> DATA SECTION:
--*--

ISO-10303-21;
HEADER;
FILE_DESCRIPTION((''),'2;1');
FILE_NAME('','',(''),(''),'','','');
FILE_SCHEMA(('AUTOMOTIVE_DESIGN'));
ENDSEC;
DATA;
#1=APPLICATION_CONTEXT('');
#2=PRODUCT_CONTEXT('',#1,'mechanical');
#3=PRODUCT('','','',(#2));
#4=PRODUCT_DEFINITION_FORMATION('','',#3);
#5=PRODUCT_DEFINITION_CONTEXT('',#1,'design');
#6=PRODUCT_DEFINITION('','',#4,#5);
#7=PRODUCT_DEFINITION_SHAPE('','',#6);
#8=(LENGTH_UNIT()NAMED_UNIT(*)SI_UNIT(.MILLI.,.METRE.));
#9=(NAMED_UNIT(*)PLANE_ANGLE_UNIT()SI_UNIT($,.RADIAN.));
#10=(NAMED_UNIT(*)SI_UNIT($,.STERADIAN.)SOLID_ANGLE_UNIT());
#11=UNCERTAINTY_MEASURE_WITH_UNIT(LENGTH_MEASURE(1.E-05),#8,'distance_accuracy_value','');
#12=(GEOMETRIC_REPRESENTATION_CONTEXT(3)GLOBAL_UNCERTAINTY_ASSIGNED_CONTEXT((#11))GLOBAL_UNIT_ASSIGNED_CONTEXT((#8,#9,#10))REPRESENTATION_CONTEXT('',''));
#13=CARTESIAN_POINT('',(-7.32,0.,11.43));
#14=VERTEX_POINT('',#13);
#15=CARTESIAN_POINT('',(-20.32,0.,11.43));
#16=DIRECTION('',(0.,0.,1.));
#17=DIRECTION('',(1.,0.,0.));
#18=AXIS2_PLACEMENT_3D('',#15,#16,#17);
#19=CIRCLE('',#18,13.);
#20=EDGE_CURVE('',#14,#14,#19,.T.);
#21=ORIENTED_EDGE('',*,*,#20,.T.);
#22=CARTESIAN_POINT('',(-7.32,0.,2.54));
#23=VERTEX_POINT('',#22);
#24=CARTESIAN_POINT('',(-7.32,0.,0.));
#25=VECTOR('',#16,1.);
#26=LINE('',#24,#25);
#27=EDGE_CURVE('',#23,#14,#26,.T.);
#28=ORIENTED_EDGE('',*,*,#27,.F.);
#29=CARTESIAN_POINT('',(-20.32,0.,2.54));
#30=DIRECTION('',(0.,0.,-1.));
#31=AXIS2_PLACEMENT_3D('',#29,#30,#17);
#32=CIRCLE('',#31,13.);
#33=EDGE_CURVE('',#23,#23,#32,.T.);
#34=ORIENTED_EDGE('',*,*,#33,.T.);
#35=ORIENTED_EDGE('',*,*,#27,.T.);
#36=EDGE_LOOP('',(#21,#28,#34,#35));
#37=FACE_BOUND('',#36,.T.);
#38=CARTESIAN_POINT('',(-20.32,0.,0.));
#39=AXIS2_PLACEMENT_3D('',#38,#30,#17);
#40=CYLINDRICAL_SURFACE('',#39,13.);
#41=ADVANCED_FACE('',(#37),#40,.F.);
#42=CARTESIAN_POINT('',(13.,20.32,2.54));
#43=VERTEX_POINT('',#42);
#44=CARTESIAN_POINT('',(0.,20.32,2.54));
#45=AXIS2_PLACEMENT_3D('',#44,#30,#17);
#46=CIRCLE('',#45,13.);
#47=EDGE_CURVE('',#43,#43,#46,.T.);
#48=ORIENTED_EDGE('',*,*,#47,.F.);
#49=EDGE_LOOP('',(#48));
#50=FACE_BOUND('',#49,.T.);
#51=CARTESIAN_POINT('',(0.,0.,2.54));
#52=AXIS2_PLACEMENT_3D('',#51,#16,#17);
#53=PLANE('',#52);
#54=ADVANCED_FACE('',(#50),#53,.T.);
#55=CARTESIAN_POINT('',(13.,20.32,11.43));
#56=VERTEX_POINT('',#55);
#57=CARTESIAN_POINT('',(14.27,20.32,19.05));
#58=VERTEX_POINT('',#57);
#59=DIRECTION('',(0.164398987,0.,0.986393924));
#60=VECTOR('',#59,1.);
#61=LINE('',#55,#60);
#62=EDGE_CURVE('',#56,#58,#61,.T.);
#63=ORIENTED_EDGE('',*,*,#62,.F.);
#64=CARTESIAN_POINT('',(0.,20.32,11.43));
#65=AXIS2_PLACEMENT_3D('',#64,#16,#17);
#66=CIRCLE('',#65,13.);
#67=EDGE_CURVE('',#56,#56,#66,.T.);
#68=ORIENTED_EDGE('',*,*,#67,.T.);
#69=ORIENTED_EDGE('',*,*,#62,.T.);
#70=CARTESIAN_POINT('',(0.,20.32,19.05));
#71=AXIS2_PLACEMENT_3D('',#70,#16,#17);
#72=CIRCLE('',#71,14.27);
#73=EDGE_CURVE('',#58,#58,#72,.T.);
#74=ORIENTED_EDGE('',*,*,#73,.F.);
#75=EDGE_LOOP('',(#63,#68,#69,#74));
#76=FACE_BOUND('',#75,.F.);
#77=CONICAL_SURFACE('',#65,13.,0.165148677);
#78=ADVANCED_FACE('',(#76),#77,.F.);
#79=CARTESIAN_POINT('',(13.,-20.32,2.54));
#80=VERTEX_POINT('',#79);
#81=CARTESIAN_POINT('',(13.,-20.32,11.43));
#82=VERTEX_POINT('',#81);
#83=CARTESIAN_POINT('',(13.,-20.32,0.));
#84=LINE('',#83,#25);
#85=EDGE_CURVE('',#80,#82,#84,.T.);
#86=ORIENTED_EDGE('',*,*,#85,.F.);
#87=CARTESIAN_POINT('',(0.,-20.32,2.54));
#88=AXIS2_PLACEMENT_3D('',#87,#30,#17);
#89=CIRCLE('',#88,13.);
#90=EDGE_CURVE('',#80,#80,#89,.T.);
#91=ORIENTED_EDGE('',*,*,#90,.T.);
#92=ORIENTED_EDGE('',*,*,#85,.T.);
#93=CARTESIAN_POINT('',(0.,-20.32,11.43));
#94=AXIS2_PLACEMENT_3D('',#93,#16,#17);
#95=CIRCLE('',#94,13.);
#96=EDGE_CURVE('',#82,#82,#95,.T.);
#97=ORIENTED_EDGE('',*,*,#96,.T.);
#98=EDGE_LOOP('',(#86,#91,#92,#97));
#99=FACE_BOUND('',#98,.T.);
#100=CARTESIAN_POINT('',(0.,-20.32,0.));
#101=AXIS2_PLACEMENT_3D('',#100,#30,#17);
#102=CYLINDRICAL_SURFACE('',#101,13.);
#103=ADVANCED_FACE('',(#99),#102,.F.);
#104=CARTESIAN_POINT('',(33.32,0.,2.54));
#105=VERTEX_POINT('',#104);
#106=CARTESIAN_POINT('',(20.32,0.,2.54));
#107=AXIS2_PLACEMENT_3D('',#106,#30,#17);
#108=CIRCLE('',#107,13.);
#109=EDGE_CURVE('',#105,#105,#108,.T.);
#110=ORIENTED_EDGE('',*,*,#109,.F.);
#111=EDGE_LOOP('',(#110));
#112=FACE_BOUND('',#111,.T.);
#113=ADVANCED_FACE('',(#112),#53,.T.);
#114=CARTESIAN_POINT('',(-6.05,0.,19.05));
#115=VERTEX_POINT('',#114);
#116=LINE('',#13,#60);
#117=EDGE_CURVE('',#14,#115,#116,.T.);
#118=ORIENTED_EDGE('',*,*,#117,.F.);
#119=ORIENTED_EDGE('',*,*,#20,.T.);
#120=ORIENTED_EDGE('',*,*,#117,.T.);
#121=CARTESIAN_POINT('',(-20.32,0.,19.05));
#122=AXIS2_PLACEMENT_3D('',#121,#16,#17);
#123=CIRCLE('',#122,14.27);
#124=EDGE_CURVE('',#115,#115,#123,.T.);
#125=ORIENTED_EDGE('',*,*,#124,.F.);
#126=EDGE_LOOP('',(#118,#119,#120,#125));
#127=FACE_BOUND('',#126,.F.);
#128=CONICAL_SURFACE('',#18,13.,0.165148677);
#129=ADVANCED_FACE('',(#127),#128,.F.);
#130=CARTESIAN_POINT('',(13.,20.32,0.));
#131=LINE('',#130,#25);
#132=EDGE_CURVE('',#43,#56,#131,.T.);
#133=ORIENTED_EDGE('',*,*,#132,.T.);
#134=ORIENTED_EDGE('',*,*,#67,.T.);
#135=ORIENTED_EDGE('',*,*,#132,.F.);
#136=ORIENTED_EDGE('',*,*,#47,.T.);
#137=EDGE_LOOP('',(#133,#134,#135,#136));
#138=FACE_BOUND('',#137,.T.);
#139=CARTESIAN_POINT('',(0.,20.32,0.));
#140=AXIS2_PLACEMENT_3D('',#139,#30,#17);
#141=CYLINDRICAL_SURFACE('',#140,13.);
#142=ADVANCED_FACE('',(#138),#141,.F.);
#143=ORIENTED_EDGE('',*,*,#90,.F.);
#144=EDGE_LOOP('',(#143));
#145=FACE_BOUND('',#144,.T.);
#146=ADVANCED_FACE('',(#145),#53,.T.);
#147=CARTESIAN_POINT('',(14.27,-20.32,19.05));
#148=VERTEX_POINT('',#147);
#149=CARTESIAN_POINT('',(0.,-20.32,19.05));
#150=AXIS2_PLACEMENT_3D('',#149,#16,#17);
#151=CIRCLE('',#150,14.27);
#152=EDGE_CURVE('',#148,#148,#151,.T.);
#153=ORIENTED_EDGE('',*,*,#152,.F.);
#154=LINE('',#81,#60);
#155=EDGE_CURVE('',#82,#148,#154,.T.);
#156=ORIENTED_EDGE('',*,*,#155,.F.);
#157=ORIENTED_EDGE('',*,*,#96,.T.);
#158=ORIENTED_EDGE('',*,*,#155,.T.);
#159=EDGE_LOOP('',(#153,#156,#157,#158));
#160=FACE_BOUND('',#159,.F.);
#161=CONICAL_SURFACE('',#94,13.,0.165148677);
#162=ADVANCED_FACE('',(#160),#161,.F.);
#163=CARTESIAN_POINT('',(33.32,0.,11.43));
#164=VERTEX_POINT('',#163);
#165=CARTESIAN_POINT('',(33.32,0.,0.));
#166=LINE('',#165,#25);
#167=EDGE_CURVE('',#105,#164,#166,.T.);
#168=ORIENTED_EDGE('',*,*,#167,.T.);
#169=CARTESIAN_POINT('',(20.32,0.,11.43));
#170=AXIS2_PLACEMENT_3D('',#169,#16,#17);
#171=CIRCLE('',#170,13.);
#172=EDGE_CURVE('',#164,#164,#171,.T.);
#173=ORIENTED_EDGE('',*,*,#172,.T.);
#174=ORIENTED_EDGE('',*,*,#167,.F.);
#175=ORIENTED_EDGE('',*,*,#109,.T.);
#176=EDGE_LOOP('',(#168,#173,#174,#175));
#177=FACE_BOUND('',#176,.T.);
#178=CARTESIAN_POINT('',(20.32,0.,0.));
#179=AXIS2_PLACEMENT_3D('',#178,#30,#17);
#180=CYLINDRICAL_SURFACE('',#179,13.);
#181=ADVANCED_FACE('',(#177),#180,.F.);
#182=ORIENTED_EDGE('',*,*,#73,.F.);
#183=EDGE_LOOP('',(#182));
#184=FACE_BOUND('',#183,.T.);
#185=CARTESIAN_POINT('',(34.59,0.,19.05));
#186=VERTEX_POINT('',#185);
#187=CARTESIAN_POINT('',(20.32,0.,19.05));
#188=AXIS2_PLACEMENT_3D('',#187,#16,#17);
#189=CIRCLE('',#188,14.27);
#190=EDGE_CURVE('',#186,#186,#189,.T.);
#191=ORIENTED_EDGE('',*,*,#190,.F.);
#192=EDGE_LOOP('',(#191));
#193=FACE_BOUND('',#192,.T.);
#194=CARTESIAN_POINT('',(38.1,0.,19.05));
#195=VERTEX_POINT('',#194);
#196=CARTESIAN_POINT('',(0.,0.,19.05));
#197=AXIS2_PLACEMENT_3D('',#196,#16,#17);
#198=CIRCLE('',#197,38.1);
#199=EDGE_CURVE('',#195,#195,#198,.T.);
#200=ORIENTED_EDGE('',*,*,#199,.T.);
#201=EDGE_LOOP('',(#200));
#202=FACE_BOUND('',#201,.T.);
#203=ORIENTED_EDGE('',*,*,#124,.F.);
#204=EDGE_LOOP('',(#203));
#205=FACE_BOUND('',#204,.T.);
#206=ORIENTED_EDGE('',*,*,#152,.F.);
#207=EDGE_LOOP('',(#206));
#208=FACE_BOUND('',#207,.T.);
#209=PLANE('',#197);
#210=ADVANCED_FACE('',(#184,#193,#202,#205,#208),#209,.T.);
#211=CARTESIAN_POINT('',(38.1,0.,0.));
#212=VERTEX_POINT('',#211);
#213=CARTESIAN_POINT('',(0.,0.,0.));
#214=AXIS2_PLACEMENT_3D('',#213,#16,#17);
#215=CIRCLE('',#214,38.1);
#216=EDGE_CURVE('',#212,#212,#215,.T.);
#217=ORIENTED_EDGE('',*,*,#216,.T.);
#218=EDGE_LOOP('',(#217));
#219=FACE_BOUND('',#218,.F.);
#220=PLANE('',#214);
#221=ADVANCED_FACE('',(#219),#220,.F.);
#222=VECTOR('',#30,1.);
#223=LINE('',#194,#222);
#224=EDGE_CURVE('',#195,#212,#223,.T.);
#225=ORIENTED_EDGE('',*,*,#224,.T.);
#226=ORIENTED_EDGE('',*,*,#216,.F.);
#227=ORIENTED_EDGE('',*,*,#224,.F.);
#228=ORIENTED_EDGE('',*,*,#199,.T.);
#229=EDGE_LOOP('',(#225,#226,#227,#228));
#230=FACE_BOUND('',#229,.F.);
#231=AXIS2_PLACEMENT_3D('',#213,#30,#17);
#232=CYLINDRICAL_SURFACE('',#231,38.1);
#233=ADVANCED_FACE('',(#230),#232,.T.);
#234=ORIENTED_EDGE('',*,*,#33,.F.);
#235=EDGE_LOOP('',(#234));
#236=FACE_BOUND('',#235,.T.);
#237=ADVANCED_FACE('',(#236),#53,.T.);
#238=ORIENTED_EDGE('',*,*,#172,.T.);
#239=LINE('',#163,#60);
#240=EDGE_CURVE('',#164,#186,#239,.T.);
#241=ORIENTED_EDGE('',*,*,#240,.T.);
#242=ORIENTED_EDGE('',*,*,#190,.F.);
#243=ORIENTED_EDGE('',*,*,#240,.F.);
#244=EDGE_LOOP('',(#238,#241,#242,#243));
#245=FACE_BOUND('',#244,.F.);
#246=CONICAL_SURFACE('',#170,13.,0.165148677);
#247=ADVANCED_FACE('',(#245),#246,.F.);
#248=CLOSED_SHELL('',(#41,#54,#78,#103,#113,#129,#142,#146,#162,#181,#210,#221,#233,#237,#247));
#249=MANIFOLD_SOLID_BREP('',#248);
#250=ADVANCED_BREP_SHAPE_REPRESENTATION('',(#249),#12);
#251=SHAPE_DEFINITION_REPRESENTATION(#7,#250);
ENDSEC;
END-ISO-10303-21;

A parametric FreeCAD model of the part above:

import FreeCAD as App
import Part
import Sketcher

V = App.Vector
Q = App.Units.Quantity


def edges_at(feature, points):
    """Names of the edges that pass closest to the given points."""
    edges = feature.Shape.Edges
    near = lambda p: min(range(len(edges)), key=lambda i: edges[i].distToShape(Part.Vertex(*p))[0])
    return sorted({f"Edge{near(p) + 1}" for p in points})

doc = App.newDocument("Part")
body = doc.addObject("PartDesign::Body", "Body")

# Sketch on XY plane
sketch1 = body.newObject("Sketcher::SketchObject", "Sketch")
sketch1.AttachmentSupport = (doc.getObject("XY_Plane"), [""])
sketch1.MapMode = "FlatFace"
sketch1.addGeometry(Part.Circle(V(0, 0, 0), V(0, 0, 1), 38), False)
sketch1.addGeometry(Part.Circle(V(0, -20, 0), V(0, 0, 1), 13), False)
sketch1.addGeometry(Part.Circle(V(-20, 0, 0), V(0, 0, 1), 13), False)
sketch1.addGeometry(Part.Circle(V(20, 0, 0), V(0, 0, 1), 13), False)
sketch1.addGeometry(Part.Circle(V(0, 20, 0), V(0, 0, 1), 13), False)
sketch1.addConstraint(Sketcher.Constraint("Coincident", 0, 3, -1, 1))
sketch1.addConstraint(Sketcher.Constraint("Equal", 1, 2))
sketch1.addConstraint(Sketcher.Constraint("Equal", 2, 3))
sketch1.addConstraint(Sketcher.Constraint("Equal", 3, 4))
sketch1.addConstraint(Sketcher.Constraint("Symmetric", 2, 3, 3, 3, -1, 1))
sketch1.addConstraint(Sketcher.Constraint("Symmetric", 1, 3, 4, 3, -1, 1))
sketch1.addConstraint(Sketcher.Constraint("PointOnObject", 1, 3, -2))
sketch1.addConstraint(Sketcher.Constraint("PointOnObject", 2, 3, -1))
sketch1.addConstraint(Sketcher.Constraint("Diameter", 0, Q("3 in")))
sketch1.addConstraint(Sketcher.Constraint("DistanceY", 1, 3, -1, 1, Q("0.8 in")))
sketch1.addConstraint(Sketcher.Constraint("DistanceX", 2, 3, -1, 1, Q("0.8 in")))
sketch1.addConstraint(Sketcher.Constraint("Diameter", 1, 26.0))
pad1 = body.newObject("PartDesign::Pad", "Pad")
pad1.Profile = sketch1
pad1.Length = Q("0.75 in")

--*--

> DESCRIPTION OF THE TASK:
In the entries above, please find the line with "#58=VERTEX_POINT('',#57);" and the line with "#114=CARTESIAN_POINT('',(-6.05,0.,19.05));", then write out exactly those two lines and every line between them, and nothing more.

> RESULT OF THE TASK:
#58=VERTEX_POINT('',#57);
#59=DIRECTION('',(0.164398987,0.,0.986393924));
#60=VECTOR('',#59,1.);
#61=LINE('',#55,#60);
#62=EDGE_CURVE('',#56,#58,#61,.T.);
#63=ORIENTED_EDGE('',*,*,#62,.F.);
#64=CARTESIAN_POINT('',(0.,20.32,11.43));
#65=AXIS2_PLACEMENT_3D('',#64,#16,#17);
#66=CIRCLE('',#65,13.);
#67=EDGE_CURVE('',#56,#56,#66,.T.);
#68=ORIENTED_EDGE('',*,*,#67,.T.);
#69=ORIENTED_EDGE('',*,*,#62,.T.);
#70=CARTESIAN_POINT('',(0.,20.32,19.05));
#71=AXIS2_PLACEMENT_3D('',#70,#16,#17);
#72=CIRCLE('',#71,14.27);
#73=EDGE_CURVE('',#58,#58,#72,.T.);
#74=ORIENTED_EDGE('',*,*,#73,.F.);
#75=EDGE_LOOP('',(#63,#68,#69,#74));
#76=FACE_BOUND('',#75,.F.);
#77=CONICAL_SURFACE('',#65,13.,0.165148677);
#78=ADVANCED_FACE('',(#76),#77,.F.);
#79=CARTESIAN_POINT('',(13.,-20.32,2.54));
#80=VERTEX_POINT('',#79);
#81=CARTESIAN_POINT('',(13.,-20.32,11.43));
#82=VERTEX_POINT('',#81);
#83=CARTESIAN_POINT('',(13.,-20.32,0.));
#84=LINE('',#83,#25);
#85=EDGE_CURVE('',#80,#82,#84,.T.);
#86=ORIENTED_EDGE('',*,*,#85,.F.);
#87=CARTESIAN_POINT('',(0.,-20.32,2.54));
#88=AXIS2_PLACEMENT_3D('',#87,#30,#17);
#89=CIRCLE('',#88,13.);
#90=EDGE_CURVE('',#80,#80,#89,.T.);
#91=ORIENTED_EDGE('',*,*,#90,.T.);
#92=ORIENTED_EDGE('',*,*,#85,.T.);
#93=CARTESIAN_POINT('',(0.,-20.32,11.43));
#94=AXIS2_PLACEMENT_3D('',#93,#16,#17);
#95=CIRCLE('',#94,13.);
#96=EDGE_CURVE('',#82,#82,#95,.T.);
#97=ORIENTED_EDGE('',*,*,#96,.T.);
#98=EDGE_LOOP('',(#86,#91,#92,#97));
#99=FACE_BOUND('',#98,.T.);
#100=CARTESIAN_POINT('',(0.,-20.32,0.));
#101=AXIS2_PLACEMENT_3D('',#100,#30,#17);
#102=CYLINDRICAL_SURFACE('',#101,13.);
#103=ADVANCED_FACE('',(#99),#102,.F.);
#104=CARTESIAN_POINT('',(33.32,0.,2.54));
#105=VERTEX_POINT('',#104);
#106=CARTESIAN_POINT('',(20.32,0.,2.54));
#107=AXIS2_PLACEMENT_3D('',#106,#30,#17);
#108=CIRCLE('',#107,13.);
#109=EDGE_CURVE('',#105,#105,#108,.T.);
#110=ORIENTED_EDGE('',*,*,#109,.F.);
#111=EDGE_LOOP('',(#110));
#112=FACE_BOUND('',#111,.T.);
#113=ADVANCED_FACE('',(#112),#53,.T.);
#114=CARTESIAN_POINT('',(-6.05,0.,19.05));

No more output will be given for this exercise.